Including the premarital assets in the marital estate is not an abuse of discretion, nor does it result in substantial injustice. There is evidence to support inclusion of the premarital assets in order that an equitable distribution be made. Leah sold her only substantial premarital asset, her home, so that the parties could build the Cloverview home. Norm’s contribution was to have been his Browning house, but the house never sold. While Leah was given $2,236 in cash proceeds from the sale of the Cloverview home and an additional $3,000 payment from Norm, she has lost the equity she had in her home. Norm, on the other hand, still owns his Browning house.

During their short relationship, Leah did contribute to the maintenance of Norm’s Browning property. Money from the joint checking account, to which she contributed, was used to pay taxes and purchase a stove for the Browning property. However brief the interest, these payments evidence Leah’s interest in the premarital asset.

Inclusion of premarital assets in the marital estate in the case at bar correlates with our previous holding in In re the Marriage of J.J.C. (Mont. 1987), [227 Mont. 264,] 739 P.2d 465, 44 St.Rep. 1068, where we held it was proper to award a cash payment to the wife rather than force the division of property in which the wife had only *476a brief interest. In J.J.C, as in the instant case, the marriage lasted only a few months and the wife’s financial contributions to property were minimal. While finding that the wife made no contribution to the acquisition or preservation of the husband’s estate, this Court held a $15,000 payment to the wife was nonetheless proper to compensate her for her interest obtained in the husband’s property through their marriage.

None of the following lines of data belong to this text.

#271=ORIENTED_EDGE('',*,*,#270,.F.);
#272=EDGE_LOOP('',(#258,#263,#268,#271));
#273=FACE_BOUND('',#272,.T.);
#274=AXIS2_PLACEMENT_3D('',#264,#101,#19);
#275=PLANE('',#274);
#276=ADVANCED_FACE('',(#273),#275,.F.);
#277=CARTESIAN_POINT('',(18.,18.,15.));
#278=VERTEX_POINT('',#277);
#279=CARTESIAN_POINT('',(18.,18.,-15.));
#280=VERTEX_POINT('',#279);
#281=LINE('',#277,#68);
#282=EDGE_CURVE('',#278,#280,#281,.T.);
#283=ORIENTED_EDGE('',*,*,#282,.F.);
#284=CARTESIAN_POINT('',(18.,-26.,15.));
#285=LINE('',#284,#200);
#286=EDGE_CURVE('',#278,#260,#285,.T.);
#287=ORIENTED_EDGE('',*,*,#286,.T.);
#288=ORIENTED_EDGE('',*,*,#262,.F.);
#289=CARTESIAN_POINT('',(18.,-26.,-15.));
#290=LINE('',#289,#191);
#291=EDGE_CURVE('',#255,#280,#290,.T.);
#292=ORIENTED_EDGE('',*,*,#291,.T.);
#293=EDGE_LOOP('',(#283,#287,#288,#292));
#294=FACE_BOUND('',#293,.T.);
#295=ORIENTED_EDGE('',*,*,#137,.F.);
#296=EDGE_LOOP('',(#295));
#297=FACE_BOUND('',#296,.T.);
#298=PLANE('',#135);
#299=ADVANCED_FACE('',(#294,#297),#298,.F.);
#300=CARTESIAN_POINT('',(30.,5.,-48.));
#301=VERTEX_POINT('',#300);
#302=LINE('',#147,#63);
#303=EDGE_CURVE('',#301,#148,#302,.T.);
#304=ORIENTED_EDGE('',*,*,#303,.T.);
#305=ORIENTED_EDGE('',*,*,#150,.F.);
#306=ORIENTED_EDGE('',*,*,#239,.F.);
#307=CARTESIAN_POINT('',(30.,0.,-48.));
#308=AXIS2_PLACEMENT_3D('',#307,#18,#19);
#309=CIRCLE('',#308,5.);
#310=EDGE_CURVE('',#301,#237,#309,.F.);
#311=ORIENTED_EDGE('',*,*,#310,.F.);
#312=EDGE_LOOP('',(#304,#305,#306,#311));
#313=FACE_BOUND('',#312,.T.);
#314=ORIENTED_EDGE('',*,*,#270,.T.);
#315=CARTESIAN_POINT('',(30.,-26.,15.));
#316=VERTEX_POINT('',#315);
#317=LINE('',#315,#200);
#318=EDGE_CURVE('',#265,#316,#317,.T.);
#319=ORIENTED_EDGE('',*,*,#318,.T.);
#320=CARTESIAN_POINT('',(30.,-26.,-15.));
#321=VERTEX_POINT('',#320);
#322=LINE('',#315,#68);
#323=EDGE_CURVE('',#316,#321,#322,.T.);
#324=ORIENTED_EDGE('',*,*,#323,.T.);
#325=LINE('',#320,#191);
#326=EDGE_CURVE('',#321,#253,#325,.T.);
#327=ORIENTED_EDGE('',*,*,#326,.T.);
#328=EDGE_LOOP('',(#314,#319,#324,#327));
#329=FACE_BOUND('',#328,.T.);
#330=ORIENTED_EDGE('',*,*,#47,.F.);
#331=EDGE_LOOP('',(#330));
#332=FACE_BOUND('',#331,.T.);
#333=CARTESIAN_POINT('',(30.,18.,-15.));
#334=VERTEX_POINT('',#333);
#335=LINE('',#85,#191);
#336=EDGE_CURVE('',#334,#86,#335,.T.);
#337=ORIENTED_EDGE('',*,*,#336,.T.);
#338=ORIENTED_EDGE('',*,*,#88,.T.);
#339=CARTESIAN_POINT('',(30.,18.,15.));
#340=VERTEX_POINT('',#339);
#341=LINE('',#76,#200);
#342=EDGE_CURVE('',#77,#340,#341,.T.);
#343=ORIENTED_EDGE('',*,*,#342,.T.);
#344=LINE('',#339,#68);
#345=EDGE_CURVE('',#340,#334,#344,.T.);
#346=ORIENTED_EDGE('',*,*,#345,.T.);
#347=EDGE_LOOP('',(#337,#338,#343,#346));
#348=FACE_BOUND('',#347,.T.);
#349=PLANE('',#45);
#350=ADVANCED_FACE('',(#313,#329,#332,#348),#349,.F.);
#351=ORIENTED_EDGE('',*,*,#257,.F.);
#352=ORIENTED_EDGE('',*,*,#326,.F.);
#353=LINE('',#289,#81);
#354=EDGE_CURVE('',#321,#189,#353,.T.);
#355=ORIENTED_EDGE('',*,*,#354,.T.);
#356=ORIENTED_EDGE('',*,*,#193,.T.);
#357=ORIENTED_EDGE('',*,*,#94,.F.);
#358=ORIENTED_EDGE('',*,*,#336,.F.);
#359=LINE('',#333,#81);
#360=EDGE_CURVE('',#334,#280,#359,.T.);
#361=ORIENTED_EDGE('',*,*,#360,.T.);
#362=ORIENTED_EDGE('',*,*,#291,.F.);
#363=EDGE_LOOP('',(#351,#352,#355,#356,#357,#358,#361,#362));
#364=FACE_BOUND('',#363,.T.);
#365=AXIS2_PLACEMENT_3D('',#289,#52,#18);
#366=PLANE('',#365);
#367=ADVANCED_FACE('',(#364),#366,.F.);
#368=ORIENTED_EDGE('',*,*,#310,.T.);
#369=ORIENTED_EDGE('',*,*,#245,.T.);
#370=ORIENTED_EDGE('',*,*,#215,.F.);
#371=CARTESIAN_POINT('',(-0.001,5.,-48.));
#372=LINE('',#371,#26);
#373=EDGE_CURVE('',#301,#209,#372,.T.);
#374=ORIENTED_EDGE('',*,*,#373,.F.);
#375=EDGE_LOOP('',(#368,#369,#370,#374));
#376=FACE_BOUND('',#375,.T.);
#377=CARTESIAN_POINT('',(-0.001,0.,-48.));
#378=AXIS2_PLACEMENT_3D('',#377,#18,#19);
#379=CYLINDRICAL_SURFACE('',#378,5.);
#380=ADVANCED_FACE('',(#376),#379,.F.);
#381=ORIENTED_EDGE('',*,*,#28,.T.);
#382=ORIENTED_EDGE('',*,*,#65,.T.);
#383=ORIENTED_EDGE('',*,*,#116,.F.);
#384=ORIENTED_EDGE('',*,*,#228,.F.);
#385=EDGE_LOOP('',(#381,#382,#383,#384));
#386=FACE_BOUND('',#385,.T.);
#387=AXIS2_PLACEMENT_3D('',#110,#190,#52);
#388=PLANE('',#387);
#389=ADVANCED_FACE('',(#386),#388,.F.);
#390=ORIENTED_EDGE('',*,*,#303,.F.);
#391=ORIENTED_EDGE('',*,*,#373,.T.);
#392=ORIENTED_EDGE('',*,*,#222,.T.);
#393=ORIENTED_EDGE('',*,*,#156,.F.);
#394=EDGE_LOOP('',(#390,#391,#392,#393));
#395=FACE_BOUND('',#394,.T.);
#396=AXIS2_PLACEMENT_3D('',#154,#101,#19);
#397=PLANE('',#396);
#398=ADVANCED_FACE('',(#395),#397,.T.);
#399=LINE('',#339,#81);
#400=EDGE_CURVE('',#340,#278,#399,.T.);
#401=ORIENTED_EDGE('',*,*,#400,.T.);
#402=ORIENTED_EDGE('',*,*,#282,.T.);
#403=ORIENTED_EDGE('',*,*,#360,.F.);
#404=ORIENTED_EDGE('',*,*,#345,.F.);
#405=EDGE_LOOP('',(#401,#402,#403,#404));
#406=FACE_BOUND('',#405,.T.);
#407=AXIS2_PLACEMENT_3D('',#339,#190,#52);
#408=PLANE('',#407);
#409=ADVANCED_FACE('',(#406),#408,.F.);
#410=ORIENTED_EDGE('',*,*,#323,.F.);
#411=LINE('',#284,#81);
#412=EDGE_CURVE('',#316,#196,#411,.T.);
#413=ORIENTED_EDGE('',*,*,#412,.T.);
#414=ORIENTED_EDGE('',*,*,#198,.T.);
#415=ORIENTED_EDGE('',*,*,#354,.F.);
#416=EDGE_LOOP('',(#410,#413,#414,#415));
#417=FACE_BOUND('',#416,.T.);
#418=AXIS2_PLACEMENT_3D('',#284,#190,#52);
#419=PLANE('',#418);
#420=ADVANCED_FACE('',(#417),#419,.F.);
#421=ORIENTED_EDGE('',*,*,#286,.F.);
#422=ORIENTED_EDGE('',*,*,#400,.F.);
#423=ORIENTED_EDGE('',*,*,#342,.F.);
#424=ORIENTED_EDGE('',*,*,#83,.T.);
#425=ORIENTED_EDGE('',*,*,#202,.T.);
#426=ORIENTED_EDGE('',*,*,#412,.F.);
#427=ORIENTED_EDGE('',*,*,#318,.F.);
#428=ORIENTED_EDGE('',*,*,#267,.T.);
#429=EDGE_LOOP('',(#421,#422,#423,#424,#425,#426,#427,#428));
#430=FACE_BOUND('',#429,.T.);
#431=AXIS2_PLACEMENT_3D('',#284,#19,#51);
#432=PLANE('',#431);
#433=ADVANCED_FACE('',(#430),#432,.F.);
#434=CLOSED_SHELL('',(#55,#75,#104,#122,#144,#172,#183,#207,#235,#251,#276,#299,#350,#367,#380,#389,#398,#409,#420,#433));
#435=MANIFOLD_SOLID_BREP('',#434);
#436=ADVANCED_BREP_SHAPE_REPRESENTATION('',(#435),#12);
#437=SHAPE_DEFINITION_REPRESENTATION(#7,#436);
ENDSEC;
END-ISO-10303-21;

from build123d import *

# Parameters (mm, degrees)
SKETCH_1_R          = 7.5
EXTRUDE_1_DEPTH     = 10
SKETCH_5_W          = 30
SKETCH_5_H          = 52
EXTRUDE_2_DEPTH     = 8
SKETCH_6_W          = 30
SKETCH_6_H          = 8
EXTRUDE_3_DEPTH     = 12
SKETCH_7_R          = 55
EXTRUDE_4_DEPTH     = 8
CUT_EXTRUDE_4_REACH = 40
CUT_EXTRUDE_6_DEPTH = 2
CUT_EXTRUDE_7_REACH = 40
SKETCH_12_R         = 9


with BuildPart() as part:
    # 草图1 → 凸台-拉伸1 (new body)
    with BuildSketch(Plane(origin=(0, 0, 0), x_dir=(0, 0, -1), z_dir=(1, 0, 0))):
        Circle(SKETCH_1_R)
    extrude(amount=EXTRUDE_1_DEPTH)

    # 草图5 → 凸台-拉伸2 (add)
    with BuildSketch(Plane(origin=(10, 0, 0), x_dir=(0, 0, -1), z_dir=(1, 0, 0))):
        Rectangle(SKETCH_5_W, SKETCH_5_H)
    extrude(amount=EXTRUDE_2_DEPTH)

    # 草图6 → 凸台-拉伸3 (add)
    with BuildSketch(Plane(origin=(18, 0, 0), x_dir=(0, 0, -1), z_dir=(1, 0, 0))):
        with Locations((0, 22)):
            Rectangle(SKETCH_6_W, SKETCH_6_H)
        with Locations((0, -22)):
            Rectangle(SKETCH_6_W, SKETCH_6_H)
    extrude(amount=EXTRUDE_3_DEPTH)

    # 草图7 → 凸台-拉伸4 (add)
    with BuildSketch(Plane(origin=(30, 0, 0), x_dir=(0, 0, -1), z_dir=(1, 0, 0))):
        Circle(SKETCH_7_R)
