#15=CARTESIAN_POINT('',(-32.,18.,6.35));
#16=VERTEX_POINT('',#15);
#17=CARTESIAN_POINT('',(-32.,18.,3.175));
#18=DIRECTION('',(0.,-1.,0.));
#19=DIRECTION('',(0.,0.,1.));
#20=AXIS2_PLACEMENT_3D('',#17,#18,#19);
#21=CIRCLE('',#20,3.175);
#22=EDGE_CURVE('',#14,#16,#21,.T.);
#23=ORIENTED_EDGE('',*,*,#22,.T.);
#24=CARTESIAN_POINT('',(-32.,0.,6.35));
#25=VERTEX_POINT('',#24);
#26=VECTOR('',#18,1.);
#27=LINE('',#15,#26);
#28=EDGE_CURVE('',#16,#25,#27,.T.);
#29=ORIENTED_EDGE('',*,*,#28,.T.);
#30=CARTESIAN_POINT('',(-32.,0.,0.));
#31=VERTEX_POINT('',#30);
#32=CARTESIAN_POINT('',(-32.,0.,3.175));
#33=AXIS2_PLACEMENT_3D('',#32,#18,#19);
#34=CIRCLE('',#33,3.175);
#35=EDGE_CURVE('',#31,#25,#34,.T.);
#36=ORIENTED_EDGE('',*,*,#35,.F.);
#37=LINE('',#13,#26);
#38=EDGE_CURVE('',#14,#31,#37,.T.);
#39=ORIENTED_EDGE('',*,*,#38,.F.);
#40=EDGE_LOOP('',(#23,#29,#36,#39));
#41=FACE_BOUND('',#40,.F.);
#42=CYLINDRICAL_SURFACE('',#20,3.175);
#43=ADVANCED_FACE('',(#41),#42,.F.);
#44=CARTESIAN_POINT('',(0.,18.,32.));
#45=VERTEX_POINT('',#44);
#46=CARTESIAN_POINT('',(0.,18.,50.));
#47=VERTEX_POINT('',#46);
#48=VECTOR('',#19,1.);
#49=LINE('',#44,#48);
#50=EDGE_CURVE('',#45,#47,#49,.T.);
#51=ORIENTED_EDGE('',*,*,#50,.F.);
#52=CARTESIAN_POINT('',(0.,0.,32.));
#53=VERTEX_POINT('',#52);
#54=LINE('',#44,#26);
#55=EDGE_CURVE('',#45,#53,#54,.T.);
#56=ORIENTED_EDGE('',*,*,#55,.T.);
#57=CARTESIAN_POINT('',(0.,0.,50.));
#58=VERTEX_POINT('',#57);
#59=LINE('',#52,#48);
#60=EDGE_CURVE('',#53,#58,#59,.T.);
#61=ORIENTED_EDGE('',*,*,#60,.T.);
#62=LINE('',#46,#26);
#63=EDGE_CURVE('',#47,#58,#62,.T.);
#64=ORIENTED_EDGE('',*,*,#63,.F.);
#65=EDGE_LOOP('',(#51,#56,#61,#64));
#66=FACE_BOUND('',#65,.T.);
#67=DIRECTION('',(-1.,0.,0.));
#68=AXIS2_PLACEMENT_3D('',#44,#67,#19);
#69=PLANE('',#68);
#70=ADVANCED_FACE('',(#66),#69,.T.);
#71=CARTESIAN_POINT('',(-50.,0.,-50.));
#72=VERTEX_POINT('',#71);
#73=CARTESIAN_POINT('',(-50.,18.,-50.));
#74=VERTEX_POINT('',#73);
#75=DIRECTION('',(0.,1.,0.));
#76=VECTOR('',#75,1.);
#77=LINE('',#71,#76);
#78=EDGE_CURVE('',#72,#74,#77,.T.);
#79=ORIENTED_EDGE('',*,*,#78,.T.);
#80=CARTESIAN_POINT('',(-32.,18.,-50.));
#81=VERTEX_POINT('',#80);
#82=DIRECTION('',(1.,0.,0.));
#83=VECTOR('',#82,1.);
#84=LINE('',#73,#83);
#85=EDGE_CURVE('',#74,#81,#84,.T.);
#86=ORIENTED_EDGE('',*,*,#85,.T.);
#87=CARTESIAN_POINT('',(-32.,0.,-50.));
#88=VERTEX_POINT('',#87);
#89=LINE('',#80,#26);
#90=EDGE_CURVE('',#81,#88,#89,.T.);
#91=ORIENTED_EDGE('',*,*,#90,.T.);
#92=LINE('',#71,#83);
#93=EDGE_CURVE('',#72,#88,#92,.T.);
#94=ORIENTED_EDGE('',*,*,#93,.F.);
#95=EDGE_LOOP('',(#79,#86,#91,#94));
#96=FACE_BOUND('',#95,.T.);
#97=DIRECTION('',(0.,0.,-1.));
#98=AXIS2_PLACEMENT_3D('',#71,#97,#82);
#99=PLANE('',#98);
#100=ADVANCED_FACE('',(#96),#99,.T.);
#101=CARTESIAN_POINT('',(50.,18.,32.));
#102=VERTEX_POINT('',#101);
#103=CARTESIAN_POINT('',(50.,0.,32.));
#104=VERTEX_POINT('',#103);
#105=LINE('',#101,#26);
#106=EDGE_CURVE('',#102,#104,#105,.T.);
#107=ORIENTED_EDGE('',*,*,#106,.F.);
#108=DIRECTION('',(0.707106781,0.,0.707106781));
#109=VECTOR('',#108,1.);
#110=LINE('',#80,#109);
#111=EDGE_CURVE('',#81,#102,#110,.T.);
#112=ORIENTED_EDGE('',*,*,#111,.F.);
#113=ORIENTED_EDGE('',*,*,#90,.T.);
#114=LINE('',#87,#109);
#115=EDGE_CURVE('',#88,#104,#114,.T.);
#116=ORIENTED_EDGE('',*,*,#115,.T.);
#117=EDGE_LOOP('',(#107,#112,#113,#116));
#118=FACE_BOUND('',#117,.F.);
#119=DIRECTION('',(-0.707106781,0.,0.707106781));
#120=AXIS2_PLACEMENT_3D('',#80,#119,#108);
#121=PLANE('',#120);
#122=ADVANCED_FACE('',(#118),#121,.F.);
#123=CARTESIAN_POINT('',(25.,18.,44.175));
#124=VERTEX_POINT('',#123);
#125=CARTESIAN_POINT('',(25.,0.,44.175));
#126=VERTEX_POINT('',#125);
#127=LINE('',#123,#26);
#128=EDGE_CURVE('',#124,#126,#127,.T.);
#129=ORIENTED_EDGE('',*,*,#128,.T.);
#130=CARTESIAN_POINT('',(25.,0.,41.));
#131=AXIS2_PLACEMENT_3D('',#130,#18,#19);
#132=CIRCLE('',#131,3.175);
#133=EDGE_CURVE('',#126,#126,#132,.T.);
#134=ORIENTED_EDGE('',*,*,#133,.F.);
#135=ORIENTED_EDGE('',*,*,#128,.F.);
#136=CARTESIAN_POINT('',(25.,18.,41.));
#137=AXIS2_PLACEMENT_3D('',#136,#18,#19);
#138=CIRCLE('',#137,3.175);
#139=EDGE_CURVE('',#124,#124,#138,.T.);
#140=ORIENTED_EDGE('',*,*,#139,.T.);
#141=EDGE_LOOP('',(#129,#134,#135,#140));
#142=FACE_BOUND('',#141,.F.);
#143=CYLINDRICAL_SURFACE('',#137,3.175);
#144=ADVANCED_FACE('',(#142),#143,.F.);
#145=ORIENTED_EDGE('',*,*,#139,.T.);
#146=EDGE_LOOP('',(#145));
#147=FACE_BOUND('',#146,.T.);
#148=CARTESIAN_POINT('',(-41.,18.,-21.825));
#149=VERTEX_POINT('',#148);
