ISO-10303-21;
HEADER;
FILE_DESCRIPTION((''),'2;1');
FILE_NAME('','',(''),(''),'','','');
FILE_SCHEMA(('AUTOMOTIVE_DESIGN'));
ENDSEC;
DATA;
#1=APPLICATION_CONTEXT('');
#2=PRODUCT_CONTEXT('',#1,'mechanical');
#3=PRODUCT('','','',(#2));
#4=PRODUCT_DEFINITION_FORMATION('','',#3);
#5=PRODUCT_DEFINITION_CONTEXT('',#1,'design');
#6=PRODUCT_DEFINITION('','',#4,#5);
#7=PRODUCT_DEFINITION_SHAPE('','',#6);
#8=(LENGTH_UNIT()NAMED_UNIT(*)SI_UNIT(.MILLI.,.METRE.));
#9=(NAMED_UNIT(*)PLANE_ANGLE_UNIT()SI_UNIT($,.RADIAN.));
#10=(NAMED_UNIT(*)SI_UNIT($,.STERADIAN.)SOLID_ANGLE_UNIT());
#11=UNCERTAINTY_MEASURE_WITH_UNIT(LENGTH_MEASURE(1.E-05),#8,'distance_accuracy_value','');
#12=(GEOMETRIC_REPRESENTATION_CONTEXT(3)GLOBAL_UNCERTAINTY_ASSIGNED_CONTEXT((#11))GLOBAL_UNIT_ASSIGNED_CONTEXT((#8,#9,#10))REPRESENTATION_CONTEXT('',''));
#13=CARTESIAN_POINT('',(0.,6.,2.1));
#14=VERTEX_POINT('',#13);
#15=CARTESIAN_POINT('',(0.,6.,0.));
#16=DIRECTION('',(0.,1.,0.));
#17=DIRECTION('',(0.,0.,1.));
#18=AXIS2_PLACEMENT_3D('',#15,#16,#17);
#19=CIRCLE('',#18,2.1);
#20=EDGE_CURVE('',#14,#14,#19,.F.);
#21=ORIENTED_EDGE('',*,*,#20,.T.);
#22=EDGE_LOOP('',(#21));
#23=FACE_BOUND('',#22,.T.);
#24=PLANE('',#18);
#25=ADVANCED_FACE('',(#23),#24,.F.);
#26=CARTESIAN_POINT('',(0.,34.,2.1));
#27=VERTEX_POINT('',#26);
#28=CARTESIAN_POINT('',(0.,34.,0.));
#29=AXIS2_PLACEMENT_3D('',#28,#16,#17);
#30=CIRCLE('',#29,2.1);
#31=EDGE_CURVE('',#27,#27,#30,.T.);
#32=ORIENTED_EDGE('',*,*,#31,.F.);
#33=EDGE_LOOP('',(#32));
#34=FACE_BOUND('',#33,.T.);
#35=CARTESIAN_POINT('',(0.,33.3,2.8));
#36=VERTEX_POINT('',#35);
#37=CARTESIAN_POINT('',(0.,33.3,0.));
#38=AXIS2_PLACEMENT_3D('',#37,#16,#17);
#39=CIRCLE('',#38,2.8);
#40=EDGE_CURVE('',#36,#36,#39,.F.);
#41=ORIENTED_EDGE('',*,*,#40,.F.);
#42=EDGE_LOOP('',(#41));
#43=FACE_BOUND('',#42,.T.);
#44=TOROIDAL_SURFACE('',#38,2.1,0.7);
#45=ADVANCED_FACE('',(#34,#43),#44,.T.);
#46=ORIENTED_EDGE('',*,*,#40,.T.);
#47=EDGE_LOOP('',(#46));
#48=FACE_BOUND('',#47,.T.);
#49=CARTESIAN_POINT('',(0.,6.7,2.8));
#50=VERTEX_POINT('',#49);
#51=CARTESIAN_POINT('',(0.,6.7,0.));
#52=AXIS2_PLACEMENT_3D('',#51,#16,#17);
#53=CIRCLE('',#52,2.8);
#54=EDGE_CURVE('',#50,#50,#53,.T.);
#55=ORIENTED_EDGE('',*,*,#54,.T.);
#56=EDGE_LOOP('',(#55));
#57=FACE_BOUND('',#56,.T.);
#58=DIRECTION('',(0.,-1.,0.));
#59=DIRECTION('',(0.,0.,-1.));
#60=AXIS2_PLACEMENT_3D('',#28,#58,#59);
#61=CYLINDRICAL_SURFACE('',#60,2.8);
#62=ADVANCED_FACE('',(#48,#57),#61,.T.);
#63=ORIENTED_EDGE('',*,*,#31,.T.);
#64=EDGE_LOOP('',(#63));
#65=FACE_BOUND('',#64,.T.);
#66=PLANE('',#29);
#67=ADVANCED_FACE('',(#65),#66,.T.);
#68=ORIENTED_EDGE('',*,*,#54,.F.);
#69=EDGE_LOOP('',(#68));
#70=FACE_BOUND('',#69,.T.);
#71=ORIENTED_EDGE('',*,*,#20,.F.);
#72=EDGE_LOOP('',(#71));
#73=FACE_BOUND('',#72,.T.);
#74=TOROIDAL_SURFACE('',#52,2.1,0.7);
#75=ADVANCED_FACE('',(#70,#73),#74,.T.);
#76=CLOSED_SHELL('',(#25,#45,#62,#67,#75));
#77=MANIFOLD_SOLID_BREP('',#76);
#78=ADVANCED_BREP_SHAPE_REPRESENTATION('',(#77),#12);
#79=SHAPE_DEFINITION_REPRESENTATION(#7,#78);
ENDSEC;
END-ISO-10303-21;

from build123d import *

# Parameters (mm, degrees)
SKETCH1_R           = 4
BOSS_EXTRUDE1_DEPTH = 40
FILLET1_R           = 1
SCALE1_SCALE        = 0.7


with BuildPart() as part:
    # Sketch1 → Boss-Extrude1 (new body)
    with BuildSketch(Plane(origin=(0, 0, 0), x_dir=(1, 0, 0), z_dir=(0, 1, 0))):
        with Locations(Location((0, 0, 0), (0, 0, 270))):
            Circle(SKETCH1_R)
    extrude(amount=BOSS_EXTRUDE1_DEPTH)

    # Fillet1
    fillet1_edges = [part.edges().sort_by_distance(p)[0] for p in [
        (0, 0, -4),
        (0, 40, -4),
    ]]
    fillet(fillet1_edges, radius=FILLET1_R)


with BuildPart() as part_1:
    # Scale1: scaled about (0, 20, 0)
    add(part.part.scale(SCALE1_SCALE).moved(Location((0, 6, 0))))


solid = part_1.part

It should be noted that a decision requiring payment by one party to the other in a dissolution proceeding also finds support in statutory law. Section 40-4-202(1), MCA, states that a court may “finally equitably apportion between the parties the property and assets belonging to either or both, however and whenever acquired and whether the title thereto is in the name of the husband or wife or both.”

The statute goes on to list factors which the court must consider in making the property distribution. The record clearly shows that the special master considered these factors in making his findings and that the District Court adopted the master’s report in toto in its February, 1989 decision.

We hold the District Court properly included premarital assets in the marital estate.

II.

Did the District Court award more than 100 percent of the marital estate?

Norm argues that by ordering him to pay an additional $7,664 to Leah the District Court is distributing more assets than the marital estate contains. In support of this argument he cites In re the Marriage of Lippert (Mont. 1981), [_ Mont. _,] 627 P.2d 1206, 38 St.Rep. 625, which expressly prohibited a district court from awarding more than 100 percent of the marital estate.

Lippert is a correct statement of the law. A court cannot distribute what is not there. The District Court, however, explained its reasoning in ordering the additional payment. In the above-cited portion of the February 1 decision, quoting special master’s Finding of Fact No. 12, the District Court agreed that the marital estate included assets acquired prior to the date of marriage. Noting that the special master’s report was confusing in regard to what was in the marital estate, the District Court recognized that the special master intended to include premarital assets. By including premarital assets, *477the marital estate is adequate to provide the additional payment from Norm to Leah in compensation for the loss she suffered by selling her home in order to contribute to the couple’s Cloverview home.

The couple’s premarital assets were properly included in the marital estate and we find that the District Court did not distribute more than 100 percent of the marital estate.

Affirmed.

MR. JUSTICES WEBER, GULBRANDSON, HUNT and SHEEHY concur.